Copy word for word, please, the lines of the entries below running from the one containing "f 838 837 922" to the one containing "f 946 943 947", both ends included.

[Stored data]
· · ·

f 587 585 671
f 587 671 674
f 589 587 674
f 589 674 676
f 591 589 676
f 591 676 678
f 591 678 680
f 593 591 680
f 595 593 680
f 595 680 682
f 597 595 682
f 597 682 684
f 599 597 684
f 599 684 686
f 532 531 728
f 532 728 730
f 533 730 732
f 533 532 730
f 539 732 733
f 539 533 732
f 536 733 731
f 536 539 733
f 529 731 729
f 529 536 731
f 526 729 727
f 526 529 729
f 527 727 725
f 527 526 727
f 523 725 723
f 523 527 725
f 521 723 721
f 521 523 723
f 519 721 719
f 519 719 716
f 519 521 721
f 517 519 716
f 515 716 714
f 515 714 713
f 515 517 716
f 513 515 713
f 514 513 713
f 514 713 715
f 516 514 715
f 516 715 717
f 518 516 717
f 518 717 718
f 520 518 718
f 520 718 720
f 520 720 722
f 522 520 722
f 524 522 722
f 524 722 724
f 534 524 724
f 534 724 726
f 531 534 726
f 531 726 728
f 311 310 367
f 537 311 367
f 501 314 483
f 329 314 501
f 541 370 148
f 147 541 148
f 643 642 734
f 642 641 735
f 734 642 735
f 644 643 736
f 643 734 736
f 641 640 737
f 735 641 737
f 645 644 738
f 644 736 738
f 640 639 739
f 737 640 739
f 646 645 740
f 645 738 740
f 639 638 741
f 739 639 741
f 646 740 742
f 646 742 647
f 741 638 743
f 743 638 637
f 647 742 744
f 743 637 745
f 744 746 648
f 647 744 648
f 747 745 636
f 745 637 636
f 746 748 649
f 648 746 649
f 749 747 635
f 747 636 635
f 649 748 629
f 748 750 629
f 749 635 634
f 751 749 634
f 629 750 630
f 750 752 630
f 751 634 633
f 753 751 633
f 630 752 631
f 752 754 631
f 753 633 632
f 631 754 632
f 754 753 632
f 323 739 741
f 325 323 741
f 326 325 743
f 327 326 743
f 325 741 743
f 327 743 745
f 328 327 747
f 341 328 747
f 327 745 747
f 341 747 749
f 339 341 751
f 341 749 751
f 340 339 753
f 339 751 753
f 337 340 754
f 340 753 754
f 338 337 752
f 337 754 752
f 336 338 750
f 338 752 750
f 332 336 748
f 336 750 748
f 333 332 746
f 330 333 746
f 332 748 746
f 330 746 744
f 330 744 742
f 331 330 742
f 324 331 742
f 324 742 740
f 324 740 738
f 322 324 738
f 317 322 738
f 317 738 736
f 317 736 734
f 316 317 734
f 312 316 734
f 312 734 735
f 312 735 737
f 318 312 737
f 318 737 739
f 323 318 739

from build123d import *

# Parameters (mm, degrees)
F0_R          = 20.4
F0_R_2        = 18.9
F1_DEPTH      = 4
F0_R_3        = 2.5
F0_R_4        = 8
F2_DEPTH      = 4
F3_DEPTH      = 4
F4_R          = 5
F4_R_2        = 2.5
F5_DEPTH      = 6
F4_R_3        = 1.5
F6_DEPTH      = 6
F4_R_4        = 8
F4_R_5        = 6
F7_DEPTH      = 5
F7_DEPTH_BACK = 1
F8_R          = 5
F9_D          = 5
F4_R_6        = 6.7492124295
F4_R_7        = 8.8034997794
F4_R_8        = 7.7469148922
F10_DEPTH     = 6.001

· · ·

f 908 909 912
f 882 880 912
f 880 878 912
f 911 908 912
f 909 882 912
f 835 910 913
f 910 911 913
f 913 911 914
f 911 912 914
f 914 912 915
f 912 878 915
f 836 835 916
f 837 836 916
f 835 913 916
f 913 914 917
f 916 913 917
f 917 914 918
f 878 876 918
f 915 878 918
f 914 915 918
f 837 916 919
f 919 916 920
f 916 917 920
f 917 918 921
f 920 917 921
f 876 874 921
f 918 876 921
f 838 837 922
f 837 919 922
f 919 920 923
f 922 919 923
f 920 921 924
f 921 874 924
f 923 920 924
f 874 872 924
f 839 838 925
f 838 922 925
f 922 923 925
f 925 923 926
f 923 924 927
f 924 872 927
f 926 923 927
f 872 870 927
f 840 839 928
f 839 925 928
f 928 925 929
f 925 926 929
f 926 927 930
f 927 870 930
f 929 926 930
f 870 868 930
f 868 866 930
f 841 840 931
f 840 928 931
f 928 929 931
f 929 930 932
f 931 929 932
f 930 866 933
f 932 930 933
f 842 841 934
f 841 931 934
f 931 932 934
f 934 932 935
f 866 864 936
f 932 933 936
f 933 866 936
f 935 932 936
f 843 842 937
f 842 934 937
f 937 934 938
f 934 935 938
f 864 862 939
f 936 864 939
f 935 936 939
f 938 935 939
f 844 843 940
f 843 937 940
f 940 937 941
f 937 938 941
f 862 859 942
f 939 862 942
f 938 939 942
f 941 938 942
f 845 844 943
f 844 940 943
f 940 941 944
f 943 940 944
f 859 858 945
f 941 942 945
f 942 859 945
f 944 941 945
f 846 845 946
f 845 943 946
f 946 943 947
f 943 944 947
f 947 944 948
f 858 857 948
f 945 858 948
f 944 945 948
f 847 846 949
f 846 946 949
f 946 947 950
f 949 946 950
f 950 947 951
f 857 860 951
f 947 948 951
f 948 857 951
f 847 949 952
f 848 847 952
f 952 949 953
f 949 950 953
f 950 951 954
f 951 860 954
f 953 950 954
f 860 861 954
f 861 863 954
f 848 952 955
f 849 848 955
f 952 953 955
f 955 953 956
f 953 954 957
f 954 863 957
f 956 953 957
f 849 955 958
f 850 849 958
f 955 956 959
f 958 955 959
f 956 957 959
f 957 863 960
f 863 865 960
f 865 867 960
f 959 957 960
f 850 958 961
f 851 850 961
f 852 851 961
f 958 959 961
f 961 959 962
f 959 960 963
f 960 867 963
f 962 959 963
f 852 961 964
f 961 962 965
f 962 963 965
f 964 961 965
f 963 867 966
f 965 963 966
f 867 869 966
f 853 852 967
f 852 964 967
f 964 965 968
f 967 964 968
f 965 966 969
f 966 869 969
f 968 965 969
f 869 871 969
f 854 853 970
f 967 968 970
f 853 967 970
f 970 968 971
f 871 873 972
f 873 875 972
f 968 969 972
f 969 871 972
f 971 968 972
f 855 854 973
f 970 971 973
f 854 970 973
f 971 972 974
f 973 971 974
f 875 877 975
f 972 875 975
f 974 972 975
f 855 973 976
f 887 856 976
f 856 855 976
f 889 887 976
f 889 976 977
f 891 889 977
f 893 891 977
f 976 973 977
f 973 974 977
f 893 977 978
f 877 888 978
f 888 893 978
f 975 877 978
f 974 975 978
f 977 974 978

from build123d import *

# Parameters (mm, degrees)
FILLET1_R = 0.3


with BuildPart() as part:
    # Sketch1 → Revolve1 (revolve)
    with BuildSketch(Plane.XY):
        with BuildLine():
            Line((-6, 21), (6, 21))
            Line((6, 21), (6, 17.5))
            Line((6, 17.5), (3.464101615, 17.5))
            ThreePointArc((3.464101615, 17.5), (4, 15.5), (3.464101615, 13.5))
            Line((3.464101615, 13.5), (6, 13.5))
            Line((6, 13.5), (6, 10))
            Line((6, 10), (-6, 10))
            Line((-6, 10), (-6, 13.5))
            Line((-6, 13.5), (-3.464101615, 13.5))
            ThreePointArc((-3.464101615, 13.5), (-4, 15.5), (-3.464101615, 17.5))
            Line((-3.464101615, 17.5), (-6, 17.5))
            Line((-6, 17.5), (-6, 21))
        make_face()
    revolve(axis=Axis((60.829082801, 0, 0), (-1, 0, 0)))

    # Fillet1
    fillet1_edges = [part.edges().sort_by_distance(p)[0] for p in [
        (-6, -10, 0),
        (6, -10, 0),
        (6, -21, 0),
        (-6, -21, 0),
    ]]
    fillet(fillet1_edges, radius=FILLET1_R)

· · ·

Response box:
f 838 837 922
f 837 919 922
f 919 920 923
f 922 919 923
f 920 921 924
f 921 874 924
f 923 920 924
f 874 872 924
f 839 838 925
f 838 922 925
f 922 923 925
f 925 923 926
f 923 924 927
f 924 872 927
f 926 923 927
f 872 870 927
f 840 839 928
f 839 925 928
f 928 925 929
f 925 926 929
f 926 927 930
f 927 870 930
f 929 926 930
f 870 868 930
f 868 866 930
f 841 840 931
f 840 928 931
f 928 929 931
f 929 930 932
f 931 929 932
f 930 866 933
f 932 930 933
f 842 841 934
f 841 931 934
f 931 932 934
f 934 932 935
f 866 864 936
f 932 933 936
f 933 866 936
f 935 932 936
f 843 842 937
f 842 934 937
f 937 934 938
f 934 935 938
f 864 862 939
f 936 864 939
f 935 936 939
f 938 935 939
f 844 843 940
f 843 937 940
f 940 937 941
f 937 938 941
f 862 859 942
f 939 862 942
f 938 939 942
f 941 938 942
f 845 844 943
f 844 940 943
f 940 941 944
f 943 940 944
f 859 858 945
f 941 942 945
f 942 859 945
f 944 941 945
f 846 845 946
f 845 943 946
f 946 943 947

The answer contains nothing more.